• [About this task]: Among the entries below, extract exactly the lines that run from the one with "f 133 134 136" through the one with "f 175 176 100", both ends included.

• [Data listing]:
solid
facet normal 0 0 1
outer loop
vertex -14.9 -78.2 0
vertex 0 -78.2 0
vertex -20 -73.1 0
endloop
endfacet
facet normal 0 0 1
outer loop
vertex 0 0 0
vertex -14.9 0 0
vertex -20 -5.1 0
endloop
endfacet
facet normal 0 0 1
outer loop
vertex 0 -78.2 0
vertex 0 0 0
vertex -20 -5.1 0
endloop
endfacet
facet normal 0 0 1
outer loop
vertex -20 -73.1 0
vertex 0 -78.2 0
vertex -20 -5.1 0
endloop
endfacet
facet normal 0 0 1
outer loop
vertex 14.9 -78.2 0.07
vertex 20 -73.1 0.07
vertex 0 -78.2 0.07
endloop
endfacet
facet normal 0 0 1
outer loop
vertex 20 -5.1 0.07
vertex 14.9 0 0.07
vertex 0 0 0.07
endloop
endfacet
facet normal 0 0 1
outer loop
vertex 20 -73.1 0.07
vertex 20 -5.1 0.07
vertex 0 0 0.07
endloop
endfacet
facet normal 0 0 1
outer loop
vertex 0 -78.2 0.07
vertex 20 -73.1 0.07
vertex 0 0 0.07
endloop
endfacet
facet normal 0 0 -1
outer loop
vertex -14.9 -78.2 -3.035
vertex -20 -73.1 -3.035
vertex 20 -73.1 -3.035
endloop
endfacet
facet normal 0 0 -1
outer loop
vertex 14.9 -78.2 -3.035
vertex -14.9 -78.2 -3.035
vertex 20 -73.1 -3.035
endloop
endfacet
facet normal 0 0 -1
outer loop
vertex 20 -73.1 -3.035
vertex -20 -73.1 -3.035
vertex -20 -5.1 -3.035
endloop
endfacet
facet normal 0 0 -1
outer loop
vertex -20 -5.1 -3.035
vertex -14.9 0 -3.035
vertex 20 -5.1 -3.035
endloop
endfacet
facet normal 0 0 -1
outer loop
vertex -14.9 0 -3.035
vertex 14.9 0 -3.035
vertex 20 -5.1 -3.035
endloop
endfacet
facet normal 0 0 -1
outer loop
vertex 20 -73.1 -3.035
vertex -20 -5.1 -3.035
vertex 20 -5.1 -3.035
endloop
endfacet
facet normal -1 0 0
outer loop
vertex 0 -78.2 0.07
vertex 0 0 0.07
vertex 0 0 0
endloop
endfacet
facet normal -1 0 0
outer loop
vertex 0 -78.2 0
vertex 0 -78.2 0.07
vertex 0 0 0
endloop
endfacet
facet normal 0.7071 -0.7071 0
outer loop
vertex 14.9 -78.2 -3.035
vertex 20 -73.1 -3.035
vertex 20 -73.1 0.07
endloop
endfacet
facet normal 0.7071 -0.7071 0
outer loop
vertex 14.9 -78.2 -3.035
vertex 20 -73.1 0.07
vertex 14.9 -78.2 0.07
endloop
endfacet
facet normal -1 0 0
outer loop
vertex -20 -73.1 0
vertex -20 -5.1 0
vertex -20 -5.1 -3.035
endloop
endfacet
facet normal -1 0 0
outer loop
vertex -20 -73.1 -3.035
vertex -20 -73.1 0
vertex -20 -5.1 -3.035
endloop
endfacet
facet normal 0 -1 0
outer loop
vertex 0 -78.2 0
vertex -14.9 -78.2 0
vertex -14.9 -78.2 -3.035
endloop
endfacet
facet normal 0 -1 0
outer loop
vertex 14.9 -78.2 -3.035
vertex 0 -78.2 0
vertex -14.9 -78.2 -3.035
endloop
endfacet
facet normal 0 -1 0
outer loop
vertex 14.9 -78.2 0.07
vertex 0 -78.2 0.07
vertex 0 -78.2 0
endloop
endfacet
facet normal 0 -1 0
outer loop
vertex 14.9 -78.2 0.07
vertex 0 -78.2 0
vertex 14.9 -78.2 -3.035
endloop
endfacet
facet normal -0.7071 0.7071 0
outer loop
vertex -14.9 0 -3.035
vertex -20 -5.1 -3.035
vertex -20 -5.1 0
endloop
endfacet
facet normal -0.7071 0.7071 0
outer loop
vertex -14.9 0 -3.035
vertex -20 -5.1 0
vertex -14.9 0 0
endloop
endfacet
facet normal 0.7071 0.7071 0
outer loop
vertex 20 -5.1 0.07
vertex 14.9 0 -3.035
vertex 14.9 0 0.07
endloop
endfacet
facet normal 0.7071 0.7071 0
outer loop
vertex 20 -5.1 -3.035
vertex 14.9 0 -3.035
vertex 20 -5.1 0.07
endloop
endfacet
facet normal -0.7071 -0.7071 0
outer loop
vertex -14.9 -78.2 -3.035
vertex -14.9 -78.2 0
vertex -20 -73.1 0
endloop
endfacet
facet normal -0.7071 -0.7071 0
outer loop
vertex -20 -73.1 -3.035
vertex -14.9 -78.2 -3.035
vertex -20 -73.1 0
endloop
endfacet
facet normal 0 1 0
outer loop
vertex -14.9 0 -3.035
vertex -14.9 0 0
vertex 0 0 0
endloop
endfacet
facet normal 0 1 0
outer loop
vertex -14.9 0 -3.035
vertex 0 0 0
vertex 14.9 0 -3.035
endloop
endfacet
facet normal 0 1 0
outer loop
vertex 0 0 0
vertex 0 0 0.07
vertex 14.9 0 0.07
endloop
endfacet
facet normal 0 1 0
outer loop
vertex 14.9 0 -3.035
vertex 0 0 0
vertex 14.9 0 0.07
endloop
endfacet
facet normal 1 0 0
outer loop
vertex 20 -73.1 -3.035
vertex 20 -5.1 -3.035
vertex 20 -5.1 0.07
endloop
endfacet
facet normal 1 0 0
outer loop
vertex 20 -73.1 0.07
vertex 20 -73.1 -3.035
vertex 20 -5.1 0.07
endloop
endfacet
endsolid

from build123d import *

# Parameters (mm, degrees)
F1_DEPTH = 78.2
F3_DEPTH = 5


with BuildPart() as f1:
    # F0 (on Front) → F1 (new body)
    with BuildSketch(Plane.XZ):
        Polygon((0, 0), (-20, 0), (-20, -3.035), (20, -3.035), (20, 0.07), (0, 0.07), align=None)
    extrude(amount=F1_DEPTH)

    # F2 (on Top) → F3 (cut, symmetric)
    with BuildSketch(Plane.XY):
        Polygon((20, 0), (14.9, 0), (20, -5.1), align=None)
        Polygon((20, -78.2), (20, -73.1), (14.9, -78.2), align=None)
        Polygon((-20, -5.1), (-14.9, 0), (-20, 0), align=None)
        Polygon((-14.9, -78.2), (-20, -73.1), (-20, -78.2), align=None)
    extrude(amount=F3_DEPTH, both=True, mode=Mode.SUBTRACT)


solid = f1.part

--

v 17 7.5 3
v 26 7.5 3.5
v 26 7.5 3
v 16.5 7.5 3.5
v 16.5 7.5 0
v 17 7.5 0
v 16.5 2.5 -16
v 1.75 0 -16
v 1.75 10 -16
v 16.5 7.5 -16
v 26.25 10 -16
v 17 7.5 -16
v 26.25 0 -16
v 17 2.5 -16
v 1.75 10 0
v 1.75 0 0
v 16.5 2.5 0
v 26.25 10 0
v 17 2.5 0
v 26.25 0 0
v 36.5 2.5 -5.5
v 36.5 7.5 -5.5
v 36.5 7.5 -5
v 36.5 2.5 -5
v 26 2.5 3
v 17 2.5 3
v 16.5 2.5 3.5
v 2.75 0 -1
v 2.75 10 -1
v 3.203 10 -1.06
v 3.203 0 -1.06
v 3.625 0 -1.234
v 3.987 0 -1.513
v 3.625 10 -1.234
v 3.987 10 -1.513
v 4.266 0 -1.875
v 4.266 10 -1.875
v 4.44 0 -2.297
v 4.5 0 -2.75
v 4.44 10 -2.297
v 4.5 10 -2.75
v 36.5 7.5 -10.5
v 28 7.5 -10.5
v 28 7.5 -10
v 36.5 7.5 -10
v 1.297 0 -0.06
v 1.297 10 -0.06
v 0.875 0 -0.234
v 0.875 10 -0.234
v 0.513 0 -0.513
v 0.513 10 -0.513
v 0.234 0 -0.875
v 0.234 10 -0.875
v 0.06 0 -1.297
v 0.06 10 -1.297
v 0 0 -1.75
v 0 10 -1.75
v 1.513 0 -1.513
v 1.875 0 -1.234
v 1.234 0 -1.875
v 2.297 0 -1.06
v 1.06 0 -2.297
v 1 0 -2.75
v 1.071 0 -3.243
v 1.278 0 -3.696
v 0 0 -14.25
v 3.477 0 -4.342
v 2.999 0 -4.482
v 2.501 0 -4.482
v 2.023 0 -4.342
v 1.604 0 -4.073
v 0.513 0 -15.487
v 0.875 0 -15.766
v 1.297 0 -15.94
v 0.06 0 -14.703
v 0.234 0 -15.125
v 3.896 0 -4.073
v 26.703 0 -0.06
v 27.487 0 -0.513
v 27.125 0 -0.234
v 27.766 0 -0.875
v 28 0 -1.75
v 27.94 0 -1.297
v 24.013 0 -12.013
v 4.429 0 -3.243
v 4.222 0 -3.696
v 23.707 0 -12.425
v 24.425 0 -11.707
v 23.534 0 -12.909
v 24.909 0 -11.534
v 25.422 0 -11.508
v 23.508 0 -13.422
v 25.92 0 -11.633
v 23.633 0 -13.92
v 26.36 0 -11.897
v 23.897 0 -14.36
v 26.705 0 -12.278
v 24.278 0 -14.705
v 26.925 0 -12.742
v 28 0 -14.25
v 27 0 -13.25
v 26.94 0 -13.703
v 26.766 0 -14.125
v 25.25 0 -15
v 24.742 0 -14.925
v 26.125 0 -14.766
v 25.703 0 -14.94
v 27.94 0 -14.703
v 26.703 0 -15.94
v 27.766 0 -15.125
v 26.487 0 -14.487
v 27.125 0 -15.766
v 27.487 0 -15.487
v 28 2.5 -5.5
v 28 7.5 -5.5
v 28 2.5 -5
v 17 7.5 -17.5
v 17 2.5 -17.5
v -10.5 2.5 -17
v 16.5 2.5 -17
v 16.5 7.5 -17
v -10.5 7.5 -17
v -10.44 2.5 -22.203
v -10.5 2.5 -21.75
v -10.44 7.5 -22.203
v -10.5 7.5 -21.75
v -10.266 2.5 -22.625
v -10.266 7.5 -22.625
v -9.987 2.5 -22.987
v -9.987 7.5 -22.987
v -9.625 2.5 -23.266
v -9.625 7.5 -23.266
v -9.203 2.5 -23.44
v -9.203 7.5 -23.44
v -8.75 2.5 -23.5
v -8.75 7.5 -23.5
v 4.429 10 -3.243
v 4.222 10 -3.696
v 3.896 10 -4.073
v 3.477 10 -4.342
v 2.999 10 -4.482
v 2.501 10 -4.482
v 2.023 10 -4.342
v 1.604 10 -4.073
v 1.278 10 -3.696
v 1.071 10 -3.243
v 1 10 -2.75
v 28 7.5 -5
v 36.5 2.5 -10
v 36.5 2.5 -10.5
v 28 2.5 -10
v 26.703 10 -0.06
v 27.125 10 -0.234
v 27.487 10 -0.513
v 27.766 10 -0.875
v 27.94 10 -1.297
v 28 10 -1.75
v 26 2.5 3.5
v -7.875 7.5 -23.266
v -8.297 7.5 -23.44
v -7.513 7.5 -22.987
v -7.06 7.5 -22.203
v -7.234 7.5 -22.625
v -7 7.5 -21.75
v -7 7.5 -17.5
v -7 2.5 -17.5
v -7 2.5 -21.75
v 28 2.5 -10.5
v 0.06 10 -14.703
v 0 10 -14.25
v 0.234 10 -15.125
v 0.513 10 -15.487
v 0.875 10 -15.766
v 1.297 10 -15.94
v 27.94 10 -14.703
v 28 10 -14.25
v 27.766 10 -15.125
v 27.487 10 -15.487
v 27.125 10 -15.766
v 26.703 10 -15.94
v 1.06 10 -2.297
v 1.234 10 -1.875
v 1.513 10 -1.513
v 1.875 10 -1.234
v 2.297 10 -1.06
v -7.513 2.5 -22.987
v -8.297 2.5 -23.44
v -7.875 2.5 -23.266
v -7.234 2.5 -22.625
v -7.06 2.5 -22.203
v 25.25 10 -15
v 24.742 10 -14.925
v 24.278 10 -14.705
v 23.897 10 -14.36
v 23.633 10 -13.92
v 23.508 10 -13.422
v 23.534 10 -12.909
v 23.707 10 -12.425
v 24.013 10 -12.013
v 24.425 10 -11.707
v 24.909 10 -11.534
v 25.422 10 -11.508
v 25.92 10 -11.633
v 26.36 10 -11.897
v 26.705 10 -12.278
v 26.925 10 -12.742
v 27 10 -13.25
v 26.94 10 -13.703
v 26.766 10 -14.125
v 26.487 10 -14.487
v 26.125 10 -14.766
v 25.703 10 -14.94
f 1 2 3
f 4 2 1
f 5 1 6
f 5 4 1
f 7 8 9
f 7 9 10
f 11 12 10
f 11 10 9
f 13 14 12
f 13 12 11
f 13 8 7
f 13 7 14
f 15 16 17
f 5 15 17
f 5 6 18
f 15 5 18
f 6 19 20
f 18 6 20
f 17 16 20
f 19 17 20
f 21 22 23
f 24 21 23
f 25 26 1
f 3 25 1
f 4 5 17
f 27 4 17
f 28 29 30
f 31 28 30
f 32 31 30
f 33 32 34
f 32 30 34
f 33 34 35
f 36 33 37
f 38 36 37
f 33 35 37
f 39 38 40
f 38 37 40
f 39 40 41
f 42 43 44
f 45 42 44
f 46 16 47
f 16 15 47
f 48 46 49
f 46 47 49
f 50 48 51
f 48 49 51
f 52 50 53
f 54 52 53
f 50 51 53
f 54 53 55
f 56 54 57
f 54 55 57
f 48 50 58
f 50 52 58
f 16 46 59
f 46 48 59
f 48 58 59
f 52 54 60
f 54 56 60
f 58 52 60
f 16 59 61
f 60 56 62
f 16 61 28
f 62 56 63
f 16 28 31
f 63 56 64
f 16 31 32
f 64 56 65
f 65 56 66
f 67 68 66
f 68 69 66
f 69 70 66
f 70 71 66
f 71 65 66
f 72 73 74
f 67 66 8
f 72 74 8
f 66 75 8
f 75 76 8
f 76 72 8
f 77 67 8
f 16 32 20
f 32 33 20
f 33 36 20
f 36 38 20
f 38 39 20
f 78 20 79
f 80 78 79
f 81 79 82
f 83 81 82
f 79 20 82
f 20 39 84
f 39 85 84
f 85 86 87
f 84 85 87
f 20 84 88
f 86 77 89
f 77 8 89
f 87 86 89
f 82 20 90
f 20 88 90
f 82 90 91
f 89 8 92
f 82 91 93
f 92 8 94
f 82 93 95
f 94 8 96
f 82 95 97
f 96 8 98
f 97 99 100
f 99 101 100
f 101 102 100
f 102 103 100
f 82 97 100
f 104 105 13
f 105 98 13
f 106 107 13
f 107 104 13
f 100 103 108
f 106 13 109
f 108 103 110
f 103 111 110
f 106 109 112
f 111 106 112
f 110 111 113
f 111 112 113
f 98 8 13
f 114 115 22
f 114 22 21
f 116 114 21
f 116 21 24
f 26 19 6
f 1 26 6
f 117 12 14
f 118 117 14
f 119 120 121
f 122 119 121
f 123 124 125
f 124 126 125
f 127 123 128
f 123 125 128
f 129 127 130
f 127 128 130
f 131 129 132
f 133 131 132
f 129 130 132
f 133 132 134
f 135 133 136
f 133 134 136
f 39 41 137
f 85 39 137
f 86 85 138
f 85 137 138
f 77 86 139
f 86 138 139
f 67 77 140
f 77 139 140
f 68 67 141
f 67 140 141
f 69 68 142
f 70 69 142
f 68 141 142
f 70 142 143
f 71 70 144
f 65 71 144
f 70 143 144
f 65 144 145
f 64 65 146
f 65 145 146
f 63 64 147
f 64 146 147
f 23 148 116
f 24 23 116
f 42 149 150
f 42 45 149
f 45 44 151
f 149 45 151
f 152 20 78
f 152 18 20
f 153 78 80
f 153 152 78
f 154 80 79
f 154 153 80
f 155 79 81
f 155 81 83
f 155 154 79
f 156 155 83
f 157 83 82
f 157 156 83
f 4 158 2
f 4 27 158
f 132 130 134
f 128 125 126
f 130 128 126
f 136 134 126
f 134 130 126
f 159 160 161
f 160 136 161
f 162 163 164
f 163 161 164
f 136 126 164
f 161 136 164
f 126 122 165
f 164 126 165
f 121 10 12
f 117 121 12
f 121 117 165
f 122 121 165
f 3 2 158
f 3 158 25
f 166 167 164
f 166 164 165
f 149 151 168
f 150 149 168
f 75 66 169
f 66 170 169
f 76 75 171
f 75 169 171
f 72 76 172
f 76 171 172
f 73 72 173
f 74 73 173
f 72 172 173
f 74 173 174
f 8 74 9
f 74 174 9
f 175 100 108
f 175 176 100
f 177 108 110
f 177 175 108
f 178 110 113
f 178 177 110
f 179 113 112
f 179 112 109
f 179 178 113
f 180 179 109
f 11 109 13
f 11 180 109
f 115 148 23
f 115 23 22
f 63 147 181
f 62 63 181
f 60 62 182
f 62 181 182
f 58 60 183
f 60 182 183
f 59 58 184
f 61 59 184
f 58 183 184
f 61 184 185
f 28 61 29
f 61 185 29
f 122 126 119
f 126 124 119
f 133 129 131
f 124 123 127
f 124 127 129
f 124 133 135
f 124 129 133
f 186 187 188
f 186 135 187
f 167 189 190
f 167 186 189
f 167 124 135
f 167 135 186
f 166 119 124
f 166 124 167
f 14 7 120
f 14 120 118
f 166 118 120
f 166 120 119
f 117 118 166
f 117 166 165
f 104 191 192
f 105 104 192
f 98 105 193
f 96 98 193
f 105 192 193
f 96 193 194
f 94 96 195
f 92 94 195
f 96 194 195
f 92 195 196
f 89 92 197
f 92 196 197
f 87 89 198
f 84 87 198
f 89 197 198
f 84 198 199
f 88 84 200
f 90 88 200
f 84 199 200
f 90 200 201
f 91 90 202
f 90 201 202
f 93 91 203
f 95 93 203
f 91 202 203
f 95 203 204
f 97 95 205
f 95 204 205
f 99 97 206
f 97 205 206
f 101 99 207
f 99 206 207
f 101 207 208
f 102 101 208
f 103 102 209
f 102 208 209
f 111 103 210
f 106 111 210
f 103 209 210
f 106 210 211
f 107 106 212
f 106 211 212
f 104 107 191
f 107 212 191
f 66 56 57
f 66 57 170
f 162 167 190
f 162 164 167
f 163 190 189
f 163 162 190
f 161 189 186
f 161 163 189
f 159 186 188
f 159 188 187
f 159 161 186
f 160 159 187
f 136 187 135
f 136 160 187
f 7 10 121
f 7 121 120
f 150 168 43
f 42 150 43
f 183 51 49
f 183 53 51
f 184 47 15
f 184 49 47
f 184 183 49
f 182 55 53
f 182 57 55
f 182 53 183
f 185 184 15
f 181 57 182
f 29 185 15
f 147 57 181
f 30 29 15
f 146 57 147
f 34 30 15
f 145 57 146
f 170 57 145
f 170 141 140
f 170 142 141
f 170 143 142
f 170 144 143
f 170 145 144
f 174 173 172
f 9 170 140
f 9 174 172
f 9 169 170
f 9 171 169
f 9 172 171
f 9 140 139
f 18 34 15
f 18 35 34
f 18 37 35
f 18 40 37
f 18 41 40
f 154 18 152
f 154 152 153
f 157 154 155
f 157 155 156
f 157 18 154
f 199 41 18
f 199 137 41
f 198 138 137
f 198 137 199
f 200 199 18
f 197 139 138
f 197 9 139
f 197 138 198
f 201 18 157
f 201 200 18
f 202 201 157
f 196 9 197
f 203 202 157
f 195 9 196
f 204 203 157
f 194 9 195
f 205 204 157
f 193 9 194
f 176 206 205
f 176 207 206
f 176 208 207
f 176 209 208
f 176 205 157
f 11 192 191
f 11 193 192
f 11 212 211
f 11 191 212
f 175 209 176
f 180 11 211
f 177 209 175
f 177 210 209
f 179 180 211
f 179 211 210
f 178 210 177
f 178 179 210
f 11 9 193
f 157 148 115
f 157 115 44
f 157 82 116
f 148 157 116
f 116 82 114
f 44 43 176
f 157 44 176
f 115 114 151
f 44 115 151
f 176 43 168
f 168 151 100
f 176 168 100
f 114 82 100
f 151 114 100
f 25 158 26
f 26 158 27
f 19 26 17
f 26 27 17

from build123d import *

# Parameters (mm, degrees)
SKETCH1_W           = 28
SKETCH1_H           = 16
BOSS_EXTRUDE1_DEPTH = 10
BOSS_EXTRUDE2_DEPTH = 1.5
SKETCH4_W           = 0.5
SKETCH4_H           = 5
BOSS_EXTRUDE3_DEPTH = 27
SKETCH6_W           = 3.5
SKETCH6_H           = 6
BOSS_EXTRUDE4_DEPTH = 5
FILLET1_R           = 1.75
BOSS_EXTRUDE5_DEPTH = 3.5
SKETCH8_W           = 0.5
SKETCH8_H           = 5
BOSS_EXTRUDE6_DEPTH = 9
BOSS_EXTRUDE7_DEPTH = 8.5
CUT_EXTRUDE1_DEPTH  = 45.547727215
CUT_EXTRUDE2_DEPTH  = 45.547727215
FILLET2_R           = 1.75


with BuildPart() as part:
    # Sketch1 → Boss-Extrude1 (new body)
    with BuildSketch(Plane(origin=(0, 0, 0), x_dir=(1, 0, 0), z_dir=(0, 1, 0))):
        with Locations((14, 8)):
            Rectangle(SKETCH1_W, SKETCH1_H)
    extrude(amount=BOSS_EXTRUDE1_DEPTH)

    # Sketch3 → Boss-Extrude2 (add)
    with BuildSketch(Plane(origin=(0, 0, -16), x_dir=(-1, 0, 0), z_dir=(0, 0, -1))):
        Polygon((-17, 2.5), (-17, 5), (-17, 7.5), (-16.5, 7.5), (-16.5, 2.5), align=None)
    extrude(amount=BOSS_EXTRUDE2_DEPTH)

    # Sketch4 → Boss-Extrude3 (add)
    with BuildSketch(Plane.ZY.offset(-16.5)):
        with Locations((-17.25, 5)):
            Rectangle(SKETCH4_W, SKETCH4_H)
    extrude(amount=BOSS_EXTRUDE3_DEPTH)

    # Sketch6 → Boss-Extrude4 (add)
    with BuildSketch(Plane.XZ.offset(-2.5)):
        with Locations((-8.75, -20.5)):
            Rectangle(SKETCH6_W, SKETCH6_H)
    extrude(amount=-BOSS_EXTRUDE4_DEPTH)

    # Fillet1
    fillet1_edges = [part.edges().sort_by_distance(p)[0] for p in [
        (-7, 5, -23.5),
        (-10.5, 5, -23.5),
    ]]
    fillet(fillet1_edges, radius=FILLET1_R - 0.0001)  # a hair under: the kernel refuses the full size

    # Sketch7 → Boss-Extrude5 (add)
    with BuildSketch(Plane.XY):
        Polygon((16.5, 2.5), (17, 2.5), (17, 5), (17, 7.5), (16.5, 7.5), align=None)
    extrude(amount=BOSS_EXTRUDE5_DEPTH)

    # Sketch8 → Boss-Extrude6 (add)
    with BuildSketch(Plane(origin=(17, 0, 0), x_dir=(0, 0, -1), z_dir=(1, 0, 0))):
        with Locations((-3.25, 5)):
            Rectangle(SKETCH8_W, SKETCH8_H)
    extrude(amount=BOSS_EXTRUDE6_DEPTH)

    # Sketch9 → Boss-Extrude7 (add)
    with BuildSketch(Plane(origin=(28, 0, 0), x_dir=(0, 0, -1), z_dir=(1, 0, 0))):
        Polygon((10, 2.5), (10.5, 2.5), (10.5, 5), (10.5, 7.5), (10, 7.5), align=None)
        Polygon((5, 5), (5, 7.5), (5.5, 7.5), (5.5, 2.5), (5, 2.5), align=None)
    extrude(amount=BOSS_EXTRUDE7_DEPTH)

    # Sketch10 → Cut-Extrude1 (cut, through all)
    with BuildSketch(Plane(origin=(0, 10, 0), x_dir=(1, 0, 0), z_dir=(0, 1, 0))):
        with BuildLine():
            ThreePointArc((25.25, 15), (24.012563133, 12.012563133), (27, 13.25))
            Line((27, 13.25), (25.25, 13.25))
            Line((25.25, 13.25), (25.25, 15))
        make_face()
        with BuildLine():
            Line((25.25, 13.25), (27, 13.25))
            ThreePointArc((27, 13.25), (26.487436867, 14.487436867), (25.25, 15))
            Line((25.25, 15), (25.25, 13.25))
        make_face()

• [Solution for this problem]:
f 133 134 136
f 39 41 137
f 85 39 137
f 86 85 138
f 85 137 138
f 77 86 139
f 86 138 139
f 67 77 140
f 77 139 140
f 68 67 141
f 67 140 141
f 69 68 142
f 70 69 142
f 68 141 142
f 70 142 143
f 71 70 144
f 65 71 144
f 70 143 144
f 65 144 145
f 64 65 146
f 65 145 146
f 63 64 147
f 64 146 147
f 23 148 116
f 24 23 116
f 42 149 150
f 42 45 149
f 45 44 151
f 149 45 151
f 152 20 78
f 152 18 20
f 153 78 80
f 153 152 78
f 154 80 79
f 154 153 80
f 155 79 81
f 155 81 83
f 155 154 79
f 156 155 83
f 157 83 82
f 157 156 83
f 4 158 2
f 4 27 158
f 132 130 134
f 128 125 126
f 130 128 126
f 136 134 126
f 134 130 126
f 159 160 161
f 160 136 161
f 162 163 164
f 163 161 164
f 136 126 164
f 161 136 164
f 126 122 165
f 164 126 165
f 121 10 12
f 117 121 12
f 121 117 165
f 122 121 165
f 3 2 158
f 3 158 25
f 166 167 164
f 166 164 165
f 149 151 168
f 150 149 168
f 75 66 169
f 66 170 169
f 76 75 171
f 75 169 171
f 72 76 172
f 76 171 172
f 73 72 173
f 74 73 173
f 72 172 173
f 74 173 174
f 8 74 9
f 74 174 9
f 175 100 108
f 175 176 100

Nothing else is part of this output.